The management of National Bank of Kenya (NBK) announced a decline in profit after tax for the full year ended December 31, 2015 which fell by over 25 percent compared to that of 2014.
“NBK’s earnings for the year ended 31st December 2015 will be at least 25 percent lower than that reported in the year ended 31st December 2014,” it said in a statement.
The low profit has been cited due to its non- performing loans (NPLs) portfolio which increased towards the end of 2015 thus leading to a sharp increase in the level of impairment charge.
Despite this, the bank has said that it has identified the NPLs and it is in the process of working towards its recovery.

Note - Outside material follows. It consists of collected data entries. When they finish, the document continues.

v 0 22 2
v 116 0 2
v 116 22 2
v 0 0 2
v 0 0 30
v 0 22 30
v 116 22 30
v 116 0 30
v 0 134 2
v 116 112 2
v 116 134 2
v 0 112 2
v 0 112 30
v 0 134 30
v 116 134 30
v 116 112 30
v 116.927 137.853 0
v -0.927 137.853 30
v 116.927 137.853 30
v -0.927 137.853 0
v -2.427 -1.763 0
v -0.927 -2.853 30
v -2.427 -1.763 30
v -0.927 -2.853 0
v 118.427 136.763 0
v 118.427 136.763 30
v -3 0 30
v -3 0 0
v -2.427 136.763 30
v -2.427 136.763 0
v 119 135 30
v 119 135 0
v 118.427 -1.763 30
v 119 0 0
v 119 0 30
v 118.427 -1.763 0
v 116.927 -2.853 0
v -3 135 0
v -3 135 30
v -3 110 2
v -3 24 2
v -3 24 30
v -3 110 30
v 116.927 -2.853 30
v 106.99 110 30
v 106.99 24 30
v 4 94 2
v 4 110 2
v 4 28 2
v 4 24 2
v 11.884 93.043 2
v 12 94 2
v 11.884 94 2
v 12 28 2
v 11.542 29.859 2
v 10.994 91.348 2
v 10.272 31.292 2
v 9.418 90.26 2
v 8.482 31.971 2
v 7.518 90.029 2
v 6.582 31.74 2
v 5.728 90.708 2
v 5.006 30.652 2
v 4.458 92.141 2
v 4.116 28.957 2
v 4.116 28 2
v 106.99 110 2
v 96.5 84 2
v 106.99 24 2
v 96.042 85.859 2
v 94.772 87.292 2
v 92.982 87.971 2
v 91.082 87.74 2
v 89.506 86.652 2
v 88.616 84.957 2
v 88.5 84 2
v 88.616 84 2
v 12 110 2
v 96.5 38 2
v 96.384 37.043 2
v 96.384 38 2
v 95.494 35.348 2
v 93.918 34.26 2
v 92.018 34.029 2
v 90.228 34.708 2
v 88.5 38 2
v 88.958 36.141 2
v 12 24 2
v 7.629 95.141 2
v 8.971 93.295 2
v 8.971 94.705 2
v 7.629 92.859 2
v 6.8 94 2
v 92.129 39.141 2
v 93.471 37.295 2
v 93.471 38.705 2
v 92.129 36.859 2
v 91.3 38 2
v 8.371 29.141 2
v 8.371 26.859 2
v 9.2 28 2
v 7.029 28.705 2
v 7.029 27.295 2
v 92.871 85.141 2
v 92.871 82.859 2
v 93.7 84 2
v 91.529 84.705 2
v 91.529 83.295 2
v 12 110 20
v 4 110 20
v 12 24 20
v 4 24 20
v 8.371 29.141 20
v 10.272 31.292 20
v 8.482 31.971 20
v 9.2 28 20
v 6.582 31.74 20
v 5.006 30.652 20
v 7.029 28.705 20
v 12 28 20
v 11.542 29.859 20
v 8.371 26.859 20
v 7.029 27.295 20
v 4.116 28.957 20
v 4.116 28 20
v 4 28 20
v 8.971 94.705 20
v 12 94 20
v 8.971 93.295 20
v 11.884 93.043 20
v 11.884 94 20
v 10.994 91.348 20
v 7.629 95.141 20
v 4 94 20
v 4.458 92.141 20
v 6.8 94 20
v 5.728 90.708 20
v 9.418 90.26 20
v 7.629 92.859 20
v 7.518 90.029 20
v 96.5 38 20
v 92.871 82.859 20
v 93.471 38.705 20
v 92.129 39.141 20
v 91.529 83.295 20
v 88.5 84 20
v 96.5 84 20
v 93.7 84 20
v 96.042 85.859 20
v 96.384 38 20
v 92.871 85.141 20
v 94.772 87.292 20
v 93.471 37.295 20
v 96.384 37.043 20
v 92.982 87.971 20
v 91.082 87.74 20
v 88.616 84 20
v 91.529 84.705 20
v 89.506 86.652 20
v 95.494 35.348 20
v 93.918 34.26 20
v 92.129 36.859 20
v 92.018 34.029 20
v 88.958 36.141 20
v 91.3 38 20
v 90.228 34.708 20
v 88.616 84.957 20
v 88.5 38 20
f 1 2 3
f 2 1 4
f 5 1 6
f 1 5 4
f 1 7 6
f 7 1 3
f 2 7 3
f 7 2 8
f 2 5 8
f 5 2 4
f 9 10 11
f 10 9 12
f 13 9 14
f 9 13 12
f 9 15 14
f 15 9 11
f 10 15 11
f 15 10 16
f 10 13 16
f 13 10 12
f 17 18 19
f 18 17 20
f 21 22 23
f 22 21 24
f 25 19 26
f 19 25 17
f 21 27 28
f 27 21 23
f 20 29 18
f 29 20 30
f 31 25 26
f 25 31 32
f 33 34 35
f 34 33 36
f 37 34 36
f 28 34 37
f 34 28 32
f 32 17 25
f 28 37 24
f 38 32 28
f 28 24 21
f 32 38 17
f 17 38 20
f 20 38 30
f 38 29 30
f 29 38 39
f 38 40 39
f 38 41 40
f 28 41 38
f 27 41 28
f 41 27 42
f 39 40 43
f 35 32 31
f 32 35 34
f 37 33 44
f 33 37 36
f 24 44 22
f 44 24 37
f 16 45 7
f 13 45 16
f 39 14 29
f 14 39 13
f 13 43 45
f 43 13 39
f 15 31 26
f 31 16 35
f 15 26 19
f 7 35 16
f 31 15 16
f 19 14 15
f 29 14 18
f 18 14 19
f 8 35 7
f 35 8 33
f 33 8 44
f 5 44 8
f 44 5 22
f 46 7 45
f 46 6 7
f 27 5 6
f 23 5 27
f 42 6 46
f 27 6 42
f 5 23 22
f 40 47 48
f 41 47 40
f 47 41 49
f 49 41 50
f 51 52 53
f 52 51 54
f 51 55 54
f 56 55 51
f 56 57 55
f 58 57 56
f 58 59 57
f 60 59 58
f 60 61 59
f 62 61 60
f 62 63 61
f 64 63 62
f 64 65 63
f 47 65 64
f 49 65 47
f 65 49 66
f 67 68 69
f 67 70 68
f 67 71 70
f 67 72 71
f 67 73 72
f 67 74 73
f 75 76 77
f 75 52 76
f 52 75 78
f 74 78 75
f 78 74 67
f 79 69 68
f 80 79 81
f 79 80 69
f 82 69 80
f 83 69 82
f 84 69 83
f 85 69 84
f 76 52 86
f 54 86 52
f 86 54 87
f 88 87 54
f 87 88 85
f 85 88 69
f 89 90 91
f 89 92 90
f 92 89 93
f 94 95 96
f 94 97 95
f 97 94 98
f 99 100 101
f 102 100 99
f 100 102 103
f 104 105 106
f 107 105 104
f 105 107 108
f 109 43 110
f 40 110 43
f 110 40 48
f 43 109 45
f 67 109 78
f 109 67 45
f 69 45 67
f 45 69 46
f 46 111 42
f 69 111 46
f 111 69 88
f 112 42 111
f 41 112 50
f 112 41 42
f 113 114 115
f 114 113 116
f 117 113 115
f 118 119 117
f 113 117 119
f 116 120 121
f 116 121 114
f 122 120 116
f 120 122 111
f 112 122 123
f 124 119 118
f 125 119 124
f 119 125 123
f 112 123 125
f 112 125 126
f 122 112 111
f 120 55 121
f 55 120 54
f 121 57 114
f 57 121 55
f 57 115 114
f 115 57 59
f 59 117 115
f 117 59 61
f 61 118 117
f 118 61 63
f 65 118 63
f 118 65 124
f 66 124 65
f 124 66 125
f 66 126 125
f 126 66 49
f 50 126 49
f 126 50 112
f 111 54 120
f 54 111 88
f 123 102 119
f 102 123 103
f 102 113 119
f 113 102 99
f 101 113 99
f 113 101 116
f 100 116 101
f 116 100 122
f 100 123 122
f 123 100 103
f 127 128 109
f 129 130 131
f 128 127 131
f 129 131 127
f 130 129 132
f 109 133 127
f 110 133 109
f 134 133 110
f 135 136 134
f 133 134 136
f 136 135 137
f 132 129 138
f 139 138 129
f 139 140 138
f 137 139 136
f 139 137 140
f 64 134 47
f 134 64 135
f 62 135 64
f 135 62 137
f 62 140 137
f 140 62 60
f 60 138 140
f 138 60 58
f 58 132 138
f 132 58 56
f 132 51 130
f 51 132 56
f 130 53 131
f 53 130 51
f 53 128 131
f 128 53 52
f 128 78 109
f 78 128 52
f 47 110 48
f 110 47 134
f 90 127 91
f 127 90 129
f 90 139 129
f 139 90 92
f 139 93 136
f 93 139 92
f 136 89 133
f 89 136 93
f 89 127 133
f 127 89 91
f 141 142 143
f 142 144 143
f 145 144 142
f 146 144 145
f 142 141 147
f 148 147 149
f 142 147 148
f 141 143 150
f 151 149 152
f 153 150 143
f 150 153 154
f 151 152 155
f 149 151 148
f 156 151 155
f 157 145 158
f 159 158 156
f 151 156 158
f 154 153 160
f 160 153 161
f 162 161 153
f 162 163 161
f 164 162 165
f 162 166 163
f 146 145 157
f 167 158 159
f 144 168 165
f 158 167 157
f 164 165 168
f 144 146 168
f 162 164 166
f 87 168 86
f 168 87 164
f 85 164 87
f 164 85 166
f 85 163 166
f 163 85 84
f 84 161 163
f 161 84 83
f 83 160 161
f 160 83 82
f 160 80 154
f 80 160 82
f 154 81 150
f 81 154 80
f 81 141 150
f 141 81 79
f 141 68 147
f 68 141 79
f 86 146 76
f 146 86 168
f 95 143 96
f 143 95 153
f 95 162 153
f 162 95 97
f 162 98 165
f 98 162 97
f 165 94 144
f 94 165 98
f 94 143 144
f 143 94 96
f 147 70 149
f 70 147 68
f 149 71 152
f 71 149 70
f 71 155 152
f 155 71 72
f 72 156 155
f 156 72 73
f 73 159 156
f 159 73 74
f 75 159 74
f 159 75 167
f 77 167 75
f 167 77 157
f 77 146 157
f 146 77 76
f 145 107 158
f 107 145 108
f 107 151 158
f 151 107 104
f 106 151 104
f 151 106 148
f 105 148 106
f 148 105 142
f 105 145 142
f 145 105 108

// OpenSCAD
// file: ../rpi.scad
 // include <./RPi4board-modded.scad>;



// translate([5, 61, 5])
  // rotate([0, 0, 270])
   // board_raspberrypi_4_model_b();


// rpi4([2, 2, 2], [0, 0, 2]);


slop=0.01;
module rpi4(
  rpi_buffer, 
  rpi_padding,
  expose_card=false,
  expose_hdmi=false,
  expose_usb1=false,
  expose_usb2=false,
  expose_ribbon_cable=false,
  expose_gpio_pins=false,
  head_room=4
  )
{
  rpi_screws=[58, 49, 3];
  rpi_size=[88, 58, 13];

  difference() {
    gen_rpi(rpi_screws, rpi_size, rpi_buffer, rpi_padding, expose_card, expose_hdmi, expose_usb1,   expose_usb2, expose_ribbon_cable, expose_gpio_pins, head_room);
  
    // usb 1
    translate([92, 6, 5])
      cube([16, 16, 18]);

    // usb 2
    translate([92, 24, 5])
      cube([16, 16, 18]);

    // ethernet
    translate([92, 42, 5])
      cube([16, 18, 16]);

    // power
    translate([9, -slop, rpi_padding.z + rpi_buffer.z])
      cube([14, rpi_buffer.x + 2*slop, 7]);

    // hdmi
    translate([26.5, -slop, rpi_padding.z + rpi_buffer.z])
      cube([9, rpi_buffer.x + 2*slop, 5]);

    // hdm2
    translate([40, -slop, rpi_padding.z + rpi_buffer.z])
      cube([9, rpi_buffer.x + 2*slop, 5]);

  }
}

module rpi0(
  rpi_buffer, 
  rpi_padding,
  expose_card=false,
  expose_hdmi=false,
  expose_usb1=false,
  expose_usb2=false,
  expose_ribbon_cable=false,
  expose_gpio_pins=false,
  head_room=4
  )
{
  rpi_screws=[58, 23, 3];
  rpi_size=[65, 30, 3];

  gen_rpi(rpi_screws, rpi_size, rpi_buffer, rpi_padding, expose_card, expose_hdmi, expose_usb1, expose_usb2, expose_ribbon_cable, expose_gpio_pins, head_room);
  
  
  
}

module gen_rpi(
  rpi_screws, 
  rpi_size,
  
  rpi_buffer, 
  rpi_padding,
  expose_card=false,
  expose_hdmi=false,
  expose_usb1=false,
  expose_usb2=false,
  expose_ribbon_cable=false,
  expose_gpio_pins=false,
  head_room=4
  )
{
  rpi_envelope=rpi_size + [2, 2, 4];
  sdcard_allowance= expose_card ? 0 : 2;

  mezz_height= max( rpi_padding.z, 3);
  rpi_cutout = rpi_envelope + rpi_padding * 2 - [0, 0, rpi_padding.z];
  rpi_origin = rpi_buffer;
    
  difference()
  {
    union()
    {
      difference()
      {
        cube(rpi_cutout + rpi_buffer + [rpi_buffer.x + sdcard_allowance, rpi_buffer.y, head_room]);
        translate(rpi_origin + [0,0,0])
        cube(rpi_cutout + [0,0,rpi_padding.z + rpi_buffer.z + slop]);
      }
      
      translate(rpi_origin + [rpi_padding.x + 3, rpi_padding.y + 3, 0])
        screws(rpi_screws, mezz_height);
    }
    
    
    
    
    // graphics ribbon
    if (expose_ribbon_cable) {
      translate(rpi_buffer + [-rpi_buffer.x - slop, 7, rpi_buffer.z + rpi_padding.z])
      cube([rpi_buffer.x + rpi_padding.x + slop + slop, 17, rpi_cutout.z]);
    }

    // sd card slot
    if (expose_card) {
      translate(rpi_buffer + [rpi_envelope.x - slop - 1, 11, -rpi_buffer.z - slop])
      cube([rpi_buffer.x + 10 + sdcard_allowance, 15, rpi_cutout.z + rpi_buffer.z*3]);
    }

    if (expose_gpio_pins) {
      translate(rpi_buffer + rpi_padding + [7, -rpi_buffer.y -slop, 0])
      cube([rpi_buffer.x + 12 + 39, rpi_buffer.y + 1 + slop*2, rpi_cutout.z + slop]);
    }

    translate(rpi_buffer + [1, rpi_envelope.y - slop, rpi_buffer.z + rpi_padding.z - 1])
    {
      // usb slot
      if (expose_usb2) {
        translate([5, 0, 0])
        cube([11, rpi_buffer.y + slop*2, 8]);
      }
      // usb slot
      if (expose_usb1) {
        translate([19, 0, 0])
        cube([11, rpi_buffer.y + slop*2, 8]);
      }
      // hdmi
      if (expose_hdmi) {
        translate([44.6, 0, 0])
        cube([16, rpi_buffer.y + slop*2, 8]);
      }
    }
  }
}

module screws(rpi_screws, screw_height)
{
  screw_mount(screw_height, 0);

  translate([rpi_screws.x, 0, 0])
  screw_mount(screw_height, 90);

  translate([rpi_screws.x, rpi_screws.y, 0])
  screw_mount(screw_height, 180);

  translate([0, rpi_screws.y, 0])
  screw_mount(screw_height, 270);
}

module screw_mount(screw_mount_height, rotation)
{
  difference()
  {
    screw_diameter = 1.25;
    screw_mount_dia = 3.5;
    
    translate([screw_mount_dia/2 + 1.75, screw_mount_dia/2 + 1.75, 0])
    rotate(rotation)
    linear_extrude(screw_mount_height)
    hull() {
      mount_size = screw_mount_dia;
      circle(mount_size);
      polygon([[-mount_size, mount_size], [-mount_size,-mount_size], [mount_size,-mount_size]]);
    }
    translate([screw_mount_dia/2 + 1.75, screw_mount_dia/2 +  1.75, slop])
    cylinder(r = screw_diameter, h = screw_mount_height);
  }
}
// main file
use <../rpi.scad>;

expose_card=false;
expose_hdmi=false;
expose_usb1=true;
expose_usb2=false;
expose_ribbon_cable=false;
expose_gpio_pins=false;


module __Customizer_Limit__ () {}

base_width=116;
base_depth=135;
base_height=30;
floor_height=2;
corner_radius=3;
slop = 0.01;
post_height=18;

module chomp_stand()
{
  difference()
  {
    base();
    hd_bays();
    cpu_bay();
  }
  screw_posts();
}

module screw_posts()
{
    translate([8, 28, floor_height])
    screw_post();

    translate([8, 94, floor_height])
    rotate(180)
    screw_post();

    translate([4, 98, floor_height])
    linear_extrude(18)
   square([8,12]);

    translate([92.5, 38, floor_height])
    rotate(180)
    screw_post();

    translate([92.5, 84, floor_height])
    screw_post();
  
    translate([88.5, 40, floor_height])
    linear_extrude(18)
   square([8,42]);

}

module screw_post()
{
    linear_extrude(18)
  difference()
  {
    union()
  {
    circle(4);
    translate([-4, -4])
   square([8,4]);
  }
    circle(1.2);
}
}

module cpu_bay()
{
    translate([-corner_radius - slop, 24, floor_height])
    linear_extrude(60)
    square([110, 86]);
}

module base()
{
    linear_extrude(base_height)
    {
      hull() {
        circle(corner_radius);
        translate([base_width,0]) circle(corner_radius);
        translate([0,base_depth]) circle(corner_radius);
        translate([base_width,base_depth]) circle(corner_radius);
      }
    }
}

module hd_bays()
{
    translate([0, 0, floor_height])
    linear_extrude(60)
    square([116,22]);

    translate([0, 112, floor_height])
    linear_extrude(60)
    square([116,22]);

}

chomp_stand();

Another factor stated to have led to the loses is the projected sale of one key low yielding asset, was approved by the board but was not completed in that year, thus reducing the projected income. The sale is said to be completed this year.
NBK posted a 21.7 percent net profit in 2014, which was weighed down by higher operating expenses and one-time restructuring costs. Its net profit in 2014 was Sh.870.7 million as compared to that of 2013 which stood at Sh.1.1 billion.

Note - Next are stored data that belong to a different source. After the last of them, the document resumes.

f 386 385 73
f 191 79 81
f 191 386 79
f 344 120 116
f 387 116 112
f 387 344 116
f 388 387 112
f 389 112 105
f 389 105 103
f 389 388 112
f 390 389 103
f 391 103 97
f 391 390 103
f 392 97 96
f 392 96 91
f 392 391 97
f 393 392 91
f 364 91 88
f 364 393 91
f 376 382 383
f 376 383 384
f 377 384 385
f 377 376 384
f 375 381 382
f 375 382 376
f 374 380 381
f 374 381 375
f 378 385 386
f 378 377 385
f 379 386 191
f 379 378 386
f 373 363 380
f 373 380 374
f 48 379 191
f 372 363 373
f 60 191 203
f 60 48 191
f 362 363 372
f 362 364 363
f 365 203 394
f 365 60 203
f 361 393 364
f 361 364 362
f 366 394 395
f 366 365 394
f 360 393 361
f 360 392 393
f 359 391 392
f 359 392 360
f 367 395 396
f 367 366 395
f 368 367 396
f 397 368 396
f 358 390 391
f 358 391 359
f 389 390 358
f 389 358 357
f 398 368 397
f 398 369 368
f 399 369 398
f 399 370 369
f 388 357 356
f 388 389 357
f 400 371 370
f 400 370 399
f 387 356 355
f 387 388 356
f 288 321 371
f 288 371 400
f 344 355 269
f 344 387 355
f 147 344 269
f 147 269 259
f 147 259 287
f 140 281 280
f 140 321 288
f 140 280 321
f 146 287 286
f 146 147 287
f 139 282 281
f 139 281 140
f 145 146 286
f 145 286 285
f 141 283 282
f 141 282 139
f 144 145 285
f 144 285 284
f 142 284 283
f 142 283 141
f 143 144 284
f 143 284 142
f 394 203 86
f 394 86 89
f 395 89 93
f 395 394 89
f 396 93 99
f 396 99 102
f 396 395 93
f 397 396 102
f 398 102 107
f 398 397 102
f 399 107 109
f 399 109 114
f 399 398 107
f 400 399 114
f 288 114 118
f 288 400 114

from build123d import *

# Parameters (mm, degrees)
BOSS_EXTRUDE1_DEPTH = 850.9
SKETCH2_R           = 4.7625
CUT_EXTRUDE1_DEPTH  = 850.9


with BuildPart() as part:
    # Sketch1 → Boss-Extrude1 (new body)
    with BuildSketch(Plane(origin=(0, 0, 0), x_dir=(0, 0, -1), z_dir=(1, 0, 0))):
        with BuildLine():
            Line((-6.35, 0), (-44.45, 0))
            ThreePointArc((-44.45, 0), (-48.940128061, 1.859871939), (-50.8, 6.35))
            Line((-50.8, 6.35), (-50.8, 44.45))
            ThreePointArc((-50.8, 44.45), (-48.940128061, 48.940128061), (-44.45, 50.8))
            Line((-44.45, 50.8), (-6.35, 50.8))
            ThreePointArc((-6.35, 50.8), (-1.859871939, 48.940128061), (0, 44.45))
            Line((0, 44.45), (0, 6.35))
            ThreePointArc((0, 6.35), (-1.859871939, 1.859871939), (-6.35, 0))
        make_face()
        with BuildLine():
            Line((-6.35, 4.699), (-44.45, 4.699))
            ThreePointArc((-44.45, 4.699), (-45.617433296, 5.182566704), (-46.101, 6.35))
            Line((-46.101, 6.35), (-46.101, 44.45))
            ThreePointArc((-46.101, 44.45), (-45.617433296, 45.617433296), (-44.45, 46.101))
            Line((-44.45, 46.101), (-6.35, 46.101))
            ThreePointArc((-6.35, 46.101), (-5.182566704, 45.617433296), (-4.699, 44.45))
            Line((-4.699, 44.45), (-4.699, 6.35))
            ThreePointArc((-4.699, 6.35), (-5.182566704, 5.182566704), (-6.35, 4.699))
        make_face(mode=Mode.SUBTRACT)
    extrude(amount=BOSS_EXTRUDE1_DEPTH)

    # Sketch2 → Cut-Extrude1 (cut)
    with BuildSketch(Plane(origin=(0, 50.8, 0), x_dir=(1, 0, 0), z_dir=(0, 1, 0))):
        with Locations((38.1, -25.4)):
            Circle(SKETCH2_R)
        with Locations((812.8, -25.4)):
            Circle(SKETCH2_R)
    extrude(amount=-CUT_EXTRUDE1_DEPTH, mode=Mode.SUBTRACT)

The Banks’s CEO Munir Sheikh Ahmed together with five other top managers were on Tuesday sent on compulsory leave pending investigations into alleged breach of fiduciary duty and failure to adhere to corporate governance rule by the bank.
The move is as a result of an impeding audit by the Central Bank of Kenya (CBK) and the Capital Markets Authority found massive gaps in the bank’s books.
The six suspended executives are expected to present themselves for questioning during the forensic audit.
“We reiterate that the internal process is not an indictment on the said managers but an opportunity to ensure a fair, transparent and independent audit process,” Mohamed Hassan, chairman of National Bank’s board, said in a statement.
The Central Bank of Kenya on Tuesday said it welcomed National Bank’s actions to strengthen the bank while ensuring its operations continued smoothly.
Article by Vera Shawiza.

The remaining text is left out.